Start of DATA LISTING

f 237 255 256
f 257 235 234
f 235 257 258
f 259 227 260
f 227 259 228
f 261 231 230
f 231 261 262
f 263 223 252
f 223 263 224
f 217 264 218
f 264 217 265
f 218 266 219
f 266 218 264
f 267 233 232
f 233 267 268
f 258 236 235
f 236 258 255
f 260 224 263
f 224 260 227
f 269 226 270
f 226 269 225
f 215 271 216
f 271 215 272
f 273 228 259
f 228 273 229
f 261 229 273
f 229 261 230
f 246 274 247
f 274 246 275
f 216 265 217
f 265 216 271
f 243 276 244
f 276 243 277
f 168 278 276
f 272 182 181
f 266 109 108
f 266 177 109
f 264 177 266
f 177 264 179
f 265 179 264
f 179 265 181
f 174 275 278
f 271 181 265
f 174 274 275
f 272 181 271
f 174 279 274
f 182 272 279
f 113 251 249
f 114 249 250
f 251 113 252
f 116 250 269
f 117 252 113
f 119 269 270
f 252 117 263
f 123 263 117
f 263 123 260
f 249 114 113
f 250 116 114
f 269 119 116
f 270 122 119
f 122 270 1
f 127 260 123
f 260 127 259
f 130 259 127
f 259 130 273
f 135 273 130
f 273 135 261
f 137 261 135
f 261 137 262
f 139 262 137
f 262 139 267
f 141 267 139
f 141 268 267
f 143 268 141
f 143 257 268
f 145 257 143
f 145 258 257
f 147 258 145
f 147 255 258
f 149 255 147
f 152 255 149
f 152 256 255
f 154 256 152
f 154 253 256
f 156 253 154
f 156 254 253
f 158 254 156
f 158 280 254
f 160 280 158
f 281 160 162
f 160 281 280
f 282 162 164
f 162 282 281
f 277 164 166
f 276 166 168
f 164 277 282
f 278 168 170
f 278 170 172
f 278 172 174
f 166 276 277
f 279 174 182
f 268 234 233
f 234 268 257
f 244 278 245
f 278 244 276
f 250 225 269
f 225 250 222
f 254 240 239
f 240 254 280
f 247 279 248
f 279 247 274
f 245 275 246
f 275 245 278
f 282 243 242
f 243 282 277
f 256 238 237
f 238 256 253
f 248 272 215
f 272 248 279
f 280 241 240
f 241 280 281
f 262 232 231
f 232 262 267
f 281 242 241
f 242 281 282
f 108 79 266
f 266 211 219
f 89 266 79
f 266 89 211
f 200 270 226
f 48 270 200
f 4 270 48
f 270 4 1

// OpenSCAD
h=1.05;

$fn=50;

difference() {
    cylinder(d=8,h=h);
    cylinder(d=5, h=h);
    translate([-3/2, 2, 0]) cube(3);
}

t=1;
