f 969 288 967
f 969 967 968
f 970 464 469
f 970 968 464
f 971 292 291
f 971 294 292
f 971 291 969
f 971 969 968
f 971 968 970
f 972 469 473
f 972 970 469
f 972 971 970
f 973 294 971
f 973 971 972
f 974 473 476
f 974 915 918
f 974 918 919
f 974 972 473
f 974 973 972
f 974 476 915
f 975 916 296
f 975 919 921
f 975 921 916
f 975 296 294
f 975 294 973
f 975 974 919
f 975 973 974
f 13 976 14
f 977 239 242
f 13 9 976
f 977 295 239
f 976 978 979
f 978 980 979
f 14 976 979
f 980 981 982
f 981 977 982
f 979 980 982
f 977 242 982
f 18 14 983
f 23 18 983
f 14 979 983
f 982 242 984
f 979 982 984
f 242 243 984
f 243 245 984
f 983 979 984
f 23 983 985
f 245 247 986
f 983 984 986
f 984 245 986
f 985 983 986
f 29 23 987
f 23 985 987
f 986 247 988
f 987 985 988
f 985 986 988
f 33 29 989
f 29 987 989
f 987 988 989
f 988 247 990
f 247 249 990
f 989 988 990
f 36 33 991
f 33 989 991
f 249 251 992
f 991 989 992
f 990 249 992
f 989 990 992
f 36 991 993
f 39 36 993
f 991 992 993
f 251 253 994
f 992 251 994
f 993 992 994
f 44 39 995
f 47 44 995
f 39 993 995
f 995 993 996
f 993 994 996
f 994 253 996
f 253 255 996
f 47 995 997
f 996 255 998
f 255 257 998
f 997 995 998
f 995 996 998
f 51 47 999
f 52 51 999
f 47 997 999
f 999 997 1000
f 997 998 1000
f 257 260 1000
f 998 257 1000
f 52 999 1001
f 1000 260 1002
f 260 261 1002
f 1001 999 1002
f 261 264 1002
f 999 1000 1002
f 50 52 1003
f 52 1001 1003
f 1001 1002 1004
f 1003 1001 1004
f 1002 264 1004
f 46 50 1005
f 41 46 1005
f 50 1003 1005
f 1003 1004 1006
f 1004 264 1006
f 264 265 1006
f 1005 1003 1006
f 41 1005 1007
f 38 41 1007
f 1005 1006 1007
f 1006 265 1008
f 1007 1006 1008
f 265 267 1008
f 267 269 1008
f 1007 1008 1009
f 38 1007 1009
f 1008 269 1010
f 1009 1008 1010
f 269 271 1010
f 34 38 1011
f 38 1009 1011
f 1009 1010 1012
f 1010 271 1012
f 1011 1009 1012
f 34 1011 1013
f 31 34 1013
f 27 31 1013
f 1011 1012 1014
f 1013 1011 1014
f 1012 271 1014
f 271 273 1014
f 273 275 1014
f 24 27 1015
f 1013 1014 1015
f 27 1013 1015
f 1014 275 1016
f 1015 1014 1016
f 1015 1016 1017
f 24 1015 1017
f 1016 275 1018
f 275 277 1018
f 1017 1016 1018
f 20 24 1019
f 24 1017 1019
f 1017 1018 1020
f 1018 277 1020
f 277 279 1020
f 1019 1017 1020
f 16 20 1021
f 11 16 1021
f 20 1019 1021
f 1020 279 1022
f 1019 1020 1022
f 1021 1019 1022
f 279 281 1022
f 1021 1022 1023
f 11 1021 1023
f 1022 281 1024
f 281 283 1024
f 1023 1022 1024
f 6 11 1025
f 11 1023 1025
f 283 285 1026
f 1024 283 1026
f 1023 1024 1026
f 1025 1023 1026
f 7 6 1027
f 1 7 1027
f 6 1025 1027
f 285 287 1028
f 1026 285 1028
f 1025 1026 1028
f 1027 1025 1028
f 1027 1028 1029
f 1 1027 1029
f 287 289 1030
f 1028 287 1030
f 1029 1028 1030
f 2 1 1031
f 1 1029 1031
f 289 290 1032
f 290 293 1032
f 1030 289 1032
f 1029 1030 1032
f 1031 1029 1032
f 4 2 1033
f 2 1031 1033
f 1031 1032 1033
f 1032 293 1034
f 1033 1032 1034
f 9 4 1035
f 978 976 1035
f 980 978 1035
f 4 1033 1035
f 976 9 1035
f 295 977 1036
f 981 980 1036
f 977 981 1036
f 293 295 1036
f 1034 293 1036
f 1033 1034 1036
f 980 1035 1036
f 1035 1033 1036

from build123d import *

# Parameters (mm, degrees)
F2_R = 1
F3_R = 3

End of DATA LISTING

*EXERCISE PROMPT*. Everything from the first line of the records through the line holding "f 250 225 269" is to be transcribed exactly; leave out all other lines.

*RESPONSE TO THIS EXERCISE*.
f 237 255 256
f 257 235 234
f 235 257 258
f 259 227 260
f 227 259 228
f 261 231 230
f 231 261 262
f 263 223 252
f 223 263 224
f 217 264 218
f 264 217 265
f 218 266 219
f 266 218 264
f 267 233 232
f 233 267 268
f 258 236 235
f 236 258 255
f 260 224 263
f 224 260 227
f 269 226 270
f 226 269 225
f 215 271 216
f 271 215 272
f 273 228 259
f 228 273 229
f 261 229 273
f 229 261 230
f 246 274 247
f 274 246 275
f 216 265 217
f 265 216 271
f 243 276 244
f 276 243 277
f 168 278 276
f 272 182 181
f 266 109 108
f 266 177 109
f 264 177 266
f 177 264 179
f 265 179 264
f 179 265 181
f 174 275 278
f 271 181 265
f 174 274 275
f 272 181 271
f 174 279 274
f 182 272 279
f 113 251 249
f 114 249 250
f 251 113 252
f 116 250 269
f 117 252 113
f 119 269 270
f 252 117 263
f 123 263 117
f 263 123 260
f 249 114 113
f 250 116 114
f 269 119 116
f 270 122 119
f 122 270 1
f 127 260 123
f 260 127 259
f 130 259 127
f 259 130 273
f 135 273 130
f 273 135 261
f 137 261 135
f 261 137 262
f 139 262 137
f 262 139 267
f 141 267 139
f 141 268 267
f 143 268 141
f 143 257 268
f 145 257 143
f 145 258 257
f 147 258 145
f 147 255 258
f 149 255 147
f 152 255 149
f 152 256 255
f 154 256 152
f 154 253 256
f 156 253 154
f 156 254 253
f 158 254 156
f 158 280 254
f 160 280 158
f 281 160 162
f 160 281 280
f 282 162 164
f 162 282 281
f 277 164 166
f 276 166 168
f 164 277 282
f 278 168 170
f 278 170 172
f 278 172 174
f 166 276 277
f 279 174 182
f 268 234 233
f 234 268 257
f 244 278 245
f 278 244 276
f 250 225 269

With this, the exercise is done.